- _Work item_
Please retype the listing below exactly, from its opening line through the line where "#333=VERTEX_POINT('',#332);" appears.

- _Extracted material_
□ □ □ □ □ □ □
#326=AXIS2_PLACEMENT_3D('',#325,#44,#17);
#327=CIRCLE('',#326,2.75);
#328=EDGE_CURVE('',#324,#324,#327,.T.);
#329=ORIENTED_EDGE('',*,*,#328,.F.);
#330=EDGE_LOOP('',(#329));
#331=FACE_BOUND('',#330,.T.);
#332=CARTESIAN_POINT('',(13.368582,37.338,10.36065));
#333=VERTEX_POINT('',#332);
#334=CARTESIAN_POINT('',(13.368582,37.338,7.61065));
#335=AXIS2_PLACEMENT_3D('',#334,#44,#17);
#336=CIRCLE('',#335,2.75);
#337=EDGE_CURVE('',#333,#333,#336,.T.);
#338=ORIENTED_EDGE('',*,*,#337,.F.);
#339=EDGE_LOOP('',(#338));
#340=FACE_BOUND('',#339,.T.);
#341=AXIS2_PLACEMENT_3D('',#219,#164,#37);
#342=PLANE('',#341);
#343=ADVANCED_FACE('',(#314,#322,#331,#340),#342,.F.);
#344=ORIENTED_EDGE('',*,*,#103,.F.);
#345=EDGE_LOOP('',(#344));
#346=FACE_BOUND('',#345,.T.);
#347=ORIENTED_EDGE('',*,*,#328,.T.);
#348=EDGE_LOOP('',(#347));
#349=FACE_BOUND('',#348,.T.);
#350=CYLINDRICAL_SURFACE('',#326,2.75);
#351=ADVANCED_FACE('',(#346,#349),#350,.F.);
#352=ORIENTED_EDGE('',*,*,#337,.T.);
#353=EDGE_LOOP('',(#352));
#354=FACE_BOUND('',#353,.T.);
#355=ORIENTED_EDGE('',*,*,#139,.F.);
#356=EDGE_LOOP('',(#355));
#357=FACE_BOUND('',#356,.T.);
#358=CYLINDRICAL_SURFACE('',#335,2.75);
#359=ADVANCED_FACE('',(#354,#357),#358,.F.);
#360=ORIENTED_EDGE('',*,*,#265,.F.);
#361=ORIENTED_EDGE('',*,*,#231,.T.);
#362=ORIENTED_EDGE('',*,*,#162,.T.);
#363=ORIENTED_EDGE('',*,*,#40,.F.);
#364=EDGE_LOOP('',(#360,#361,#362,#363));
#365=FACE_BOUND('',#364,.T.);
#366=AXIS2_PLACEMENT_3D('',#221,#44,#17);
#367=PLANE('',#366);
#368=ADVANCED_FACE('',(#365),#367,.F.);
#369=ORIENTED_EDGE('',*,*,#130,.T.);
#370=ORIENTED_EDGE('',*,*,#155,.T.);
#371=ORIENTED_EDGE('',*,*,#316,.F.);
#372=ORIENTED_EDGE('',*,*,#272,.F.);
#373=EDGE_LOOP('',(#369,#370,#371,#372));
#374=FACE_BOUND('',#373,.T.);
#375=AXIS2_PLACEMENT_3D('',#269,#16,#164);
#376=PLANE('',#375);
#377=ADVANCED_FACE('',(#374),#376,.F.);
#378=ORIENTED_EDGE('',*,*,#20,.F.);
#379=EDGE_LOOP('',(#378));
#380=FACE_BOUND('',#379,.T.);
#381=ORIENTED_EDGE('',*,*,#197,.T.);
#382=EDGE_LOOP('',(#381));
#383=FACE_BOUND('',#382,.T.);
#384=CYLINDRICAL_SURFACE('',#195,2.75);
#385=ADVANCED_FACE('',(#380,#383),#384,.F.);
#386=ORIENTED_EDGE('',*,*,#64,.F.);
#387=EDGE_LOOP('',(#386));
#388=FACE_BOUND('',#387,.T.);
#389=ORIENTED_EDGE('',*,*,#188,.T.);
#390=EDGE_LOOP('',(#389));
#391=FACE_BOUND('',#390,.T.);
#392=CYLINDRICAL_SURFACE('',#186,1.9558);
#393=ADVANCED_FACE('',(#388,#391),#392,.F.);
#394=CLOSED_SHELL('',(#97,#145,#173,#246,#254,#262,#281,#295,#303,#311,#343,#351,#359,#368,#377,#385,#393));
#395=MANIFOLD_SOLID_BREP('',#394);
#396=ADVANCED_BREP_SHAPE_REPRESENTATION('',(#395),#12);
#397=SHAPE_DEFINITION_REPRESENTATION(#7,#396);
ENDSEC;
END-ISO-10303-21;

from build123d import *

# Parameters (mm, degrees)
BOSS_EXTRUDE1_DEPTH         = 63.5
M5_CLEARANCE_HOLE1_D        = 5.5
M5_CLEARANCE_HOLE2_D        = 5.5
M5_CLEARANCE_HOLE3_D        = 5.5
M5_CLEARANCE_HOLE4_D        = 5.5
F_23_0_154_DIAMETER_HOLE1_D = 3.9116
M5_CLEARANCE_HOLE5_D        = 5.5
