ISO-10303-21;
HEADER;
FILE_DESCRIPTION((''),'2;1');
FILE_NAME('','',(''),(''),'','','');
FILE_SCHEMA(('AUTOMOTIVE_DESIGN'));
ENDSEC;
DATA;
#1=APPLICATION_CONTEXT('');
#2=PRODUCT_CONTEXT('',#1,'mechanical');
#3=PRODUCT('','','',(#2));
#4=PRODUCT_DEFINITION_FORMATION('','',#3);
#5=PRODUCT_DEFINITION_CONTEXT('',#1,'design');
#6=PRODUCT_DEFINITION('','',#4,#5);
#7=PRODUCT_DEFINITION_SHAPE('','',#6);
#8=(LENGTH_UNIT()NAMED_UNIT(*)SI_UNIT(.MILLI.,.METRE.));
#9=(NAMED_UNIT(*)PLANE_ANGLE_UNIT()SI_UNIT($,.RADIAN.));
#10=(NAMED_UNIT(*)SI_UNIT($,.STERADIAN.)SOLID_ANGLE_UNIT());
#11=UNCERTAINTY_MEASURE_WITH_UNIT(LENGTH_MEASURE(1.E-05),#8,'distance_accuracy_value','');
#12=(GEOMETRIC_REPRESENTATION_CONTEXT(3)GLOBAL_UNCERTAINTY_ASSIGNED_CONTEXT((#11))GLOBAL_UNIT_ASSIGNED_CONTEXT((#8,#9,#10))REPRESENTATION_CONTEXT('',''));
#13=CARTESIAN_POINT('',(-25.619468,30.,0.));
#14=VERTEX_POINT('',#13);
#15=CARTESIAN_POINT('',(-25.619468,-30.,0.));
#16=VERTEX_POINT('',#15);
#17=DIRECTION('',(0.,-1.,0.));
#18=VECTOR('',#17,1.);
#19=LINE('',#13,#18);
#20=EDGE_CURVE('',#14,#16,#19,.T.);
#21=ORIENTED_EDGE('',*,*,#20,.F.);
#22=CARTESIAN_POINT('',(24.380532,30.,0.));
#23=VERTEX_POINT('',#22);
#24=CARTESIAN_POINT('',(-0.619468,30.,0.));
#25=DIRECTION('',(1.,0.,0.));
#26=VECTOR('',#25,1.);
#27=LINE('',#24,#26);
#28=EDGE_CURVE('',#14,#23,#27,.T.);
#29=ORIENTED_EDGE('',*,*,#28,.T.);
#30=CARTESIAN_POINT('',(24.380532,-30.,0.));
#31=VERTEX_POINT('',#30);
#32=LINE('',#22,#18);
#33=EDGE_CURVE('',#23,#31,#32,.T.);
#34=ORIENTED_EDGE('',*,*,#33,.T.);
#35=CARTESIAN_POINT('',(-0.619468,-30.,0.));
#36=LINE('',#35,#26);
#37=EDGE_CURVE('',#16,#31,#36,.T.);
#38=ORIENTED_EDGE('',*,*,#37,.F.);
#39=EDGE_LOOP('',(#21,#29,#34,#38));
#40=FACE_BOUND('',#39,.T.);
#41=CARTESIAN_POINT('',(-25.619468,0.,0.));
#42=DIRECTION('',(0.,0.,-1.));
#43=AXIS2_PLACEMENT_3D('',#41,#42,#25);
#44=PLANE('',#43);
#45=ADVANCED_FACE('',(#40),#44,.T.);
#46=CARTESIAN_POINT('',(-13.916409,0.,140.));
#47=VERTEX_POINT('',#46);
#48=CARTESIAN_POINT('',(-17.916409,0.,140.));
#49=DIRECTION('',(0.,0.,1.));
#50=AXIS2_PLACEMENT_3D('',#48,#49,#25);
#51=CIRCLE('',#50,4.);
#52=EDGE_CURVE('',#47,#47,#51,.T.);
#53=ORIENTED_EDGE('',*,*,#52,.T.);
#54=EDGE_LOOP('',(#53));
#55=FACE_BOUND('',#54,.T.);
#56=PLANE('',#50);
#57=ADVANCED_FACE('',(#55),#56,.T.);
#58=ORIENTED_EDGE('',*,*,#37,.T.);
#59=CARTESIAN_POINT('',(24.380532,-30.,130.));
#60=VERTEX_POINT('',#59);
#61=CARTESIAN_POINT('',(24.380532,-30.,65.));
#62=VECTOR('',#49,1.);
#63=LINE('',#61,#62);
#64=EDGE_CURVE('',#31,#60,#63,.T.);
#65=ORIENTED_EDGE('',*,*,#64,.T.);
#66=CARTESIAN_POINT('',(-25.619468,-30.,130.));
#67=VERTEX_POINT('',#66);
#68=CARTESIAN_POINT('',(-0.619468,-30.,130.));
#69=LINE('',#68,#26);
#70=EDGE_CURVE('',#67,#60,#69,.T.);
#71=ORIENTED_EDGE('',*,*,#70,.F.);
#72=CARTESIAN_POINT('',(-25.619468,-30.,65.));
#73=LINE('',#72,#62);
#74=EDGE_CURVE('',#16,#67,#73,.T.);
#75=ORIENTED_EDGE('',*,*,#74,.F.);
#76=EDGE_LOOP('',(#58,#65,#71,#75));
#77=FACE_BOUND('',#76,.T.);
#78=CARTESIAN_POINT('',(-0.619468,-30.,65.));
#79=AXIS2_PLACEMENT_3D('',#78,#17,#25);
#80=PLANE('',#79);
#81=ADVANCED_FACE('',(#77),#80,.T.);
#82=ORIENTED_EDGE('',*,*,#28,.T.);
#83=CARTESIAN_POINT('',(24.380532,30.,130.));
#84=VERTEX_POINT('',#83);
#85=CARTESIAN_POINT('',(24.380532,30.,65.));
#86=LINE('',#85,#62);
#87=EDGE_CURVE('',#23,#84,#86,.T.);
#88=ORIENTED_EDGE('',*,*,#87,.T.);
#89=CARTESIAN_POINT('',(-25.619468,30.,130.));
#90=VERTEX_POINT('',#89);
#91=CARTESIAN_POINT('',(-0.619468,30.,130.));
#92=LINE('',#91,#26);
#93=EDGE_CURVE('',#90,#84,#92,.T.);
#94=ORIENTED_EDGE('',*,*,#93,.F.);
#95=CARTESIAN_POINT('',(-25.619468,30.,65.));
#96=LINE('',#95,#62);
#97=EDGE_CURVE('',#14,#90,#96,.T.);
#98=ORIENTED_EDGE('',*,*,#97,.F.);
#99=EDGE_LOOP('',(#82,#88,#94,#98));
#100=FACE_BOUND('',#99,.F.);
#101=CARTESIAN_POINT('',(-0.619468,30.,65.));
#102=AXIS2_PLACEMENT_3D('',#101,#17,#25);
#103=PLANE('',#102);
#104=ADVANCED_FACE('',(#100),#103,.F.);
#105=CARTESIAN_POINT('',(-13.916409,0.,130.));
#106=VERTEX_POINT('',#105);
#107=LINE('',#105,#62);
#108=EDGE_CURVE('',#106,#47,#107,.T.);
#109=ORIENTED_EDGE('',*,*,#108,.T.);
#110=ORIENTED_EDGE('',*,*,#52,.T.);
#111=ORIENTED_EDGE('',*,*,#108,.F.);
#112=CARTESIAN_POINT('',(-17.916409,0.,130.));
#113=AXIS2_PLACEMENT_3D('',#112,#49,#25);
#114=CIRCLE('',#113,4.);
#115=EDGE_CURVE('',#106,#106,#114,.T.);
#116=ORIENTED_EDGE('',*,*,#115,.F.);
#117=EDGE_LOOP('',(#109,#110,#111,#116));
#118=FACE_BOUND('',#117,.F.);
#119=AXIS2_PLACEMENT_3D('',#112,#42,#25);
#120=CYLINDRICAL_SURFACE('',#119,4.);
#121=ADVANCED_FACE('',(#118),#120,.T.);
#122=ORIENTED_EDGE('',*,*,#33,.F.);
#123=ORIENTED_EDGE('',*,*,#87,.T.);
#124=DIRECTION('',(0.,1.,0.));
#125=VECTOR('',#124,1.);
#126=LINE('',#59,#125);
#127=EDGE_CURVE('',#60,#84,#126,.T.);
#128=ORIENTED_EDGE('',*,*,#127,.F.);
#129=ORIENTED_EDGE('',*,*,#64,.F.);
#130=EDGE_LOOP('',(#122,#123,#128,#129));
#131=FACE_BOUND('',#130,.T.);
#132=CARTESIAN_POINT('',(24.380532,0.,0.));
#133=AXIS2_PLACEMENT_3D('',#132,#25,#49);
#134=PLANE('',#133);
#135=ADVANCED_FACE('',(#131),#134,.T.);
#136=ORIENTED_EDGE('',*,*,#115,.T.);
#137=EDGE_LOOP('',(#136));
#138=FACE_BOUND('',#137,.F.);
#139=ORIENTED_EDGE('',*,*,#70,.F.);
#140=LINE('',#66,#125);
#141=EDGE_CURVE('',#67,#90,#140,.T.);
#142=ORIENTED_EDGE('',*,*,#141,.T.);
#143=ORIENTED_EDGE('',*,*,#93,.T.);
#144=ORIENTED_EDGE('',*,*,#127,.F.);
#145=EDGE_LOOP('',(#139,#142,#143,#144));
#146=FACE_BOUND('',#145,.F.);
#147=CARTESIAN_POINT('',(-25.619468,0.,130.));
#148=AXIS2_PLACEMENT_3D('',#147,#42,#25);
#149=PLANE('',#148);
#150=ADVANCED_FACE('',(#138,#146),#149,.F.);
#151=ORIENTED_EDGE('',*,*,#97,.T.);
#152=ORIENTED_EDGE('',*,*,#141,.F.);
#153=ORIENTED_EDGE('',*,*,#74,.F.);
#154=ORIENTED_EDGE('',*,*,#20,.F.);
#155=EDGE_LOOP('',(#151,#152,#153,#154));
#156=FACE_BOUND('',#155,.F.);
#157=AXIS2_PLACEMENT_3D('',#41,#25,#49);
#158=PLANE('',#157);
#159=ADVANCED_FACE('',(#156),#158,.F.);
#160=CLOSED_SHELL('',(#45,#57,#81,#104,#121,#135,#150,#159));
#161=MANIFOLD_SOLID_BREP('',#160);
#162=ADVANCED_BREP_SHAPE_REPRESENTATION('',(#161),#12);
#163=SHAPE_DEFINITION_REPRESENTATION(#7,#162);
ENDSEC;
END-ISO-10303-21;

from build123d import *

# Parameters (mm, degrees)
F0_W          = 50
F0_H          = 130
F1_DEPTH      = 30
F1_DEPTH_BACK = 30
F2_R          = 4
F3_DEPTH      = 10


with BuildPart() as f1:
    # F0 (on Front) → F1 (new body, two sides)
    with BuildSketch(Plane.XZ) as f1_sk:
        with Locations((-0.619468, 65)):
            Rectangle(F0_W, F0_H)
    extrude(amount=F1_DEPTH)
    extrude(f1_sk.sketch, amount=-F1_DEPTH_BACK)

    # F2 (on face) → F3 (join)
    with BuildSketch(Plane.XY.offset(130)):
        with Locations((-17.916409, 0)):
            Circle(F2_R)
    extrude(amount=F3_DEPTH)


solid = f1.part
□ □ □ □ □ □ □
- _Task answer_
#326=AXIS2_PLACEMENT_3D('',#325,#44,#17);
#327=CIRCLE('',#326,2.75);
#328=EDGE_CURVE('',#324,#324,#327,.T.);
#329=ORIENTED_EDGE('',*,*,#328,.F.);
#330=EDGE_LOOP('',(#329));
#331=FACE_BOUND('',#330,.T.);
#332=CARTESIAN_POINT('',(13.368582,37.338,10.36065));
#333=VERTEX_POINT('',#332);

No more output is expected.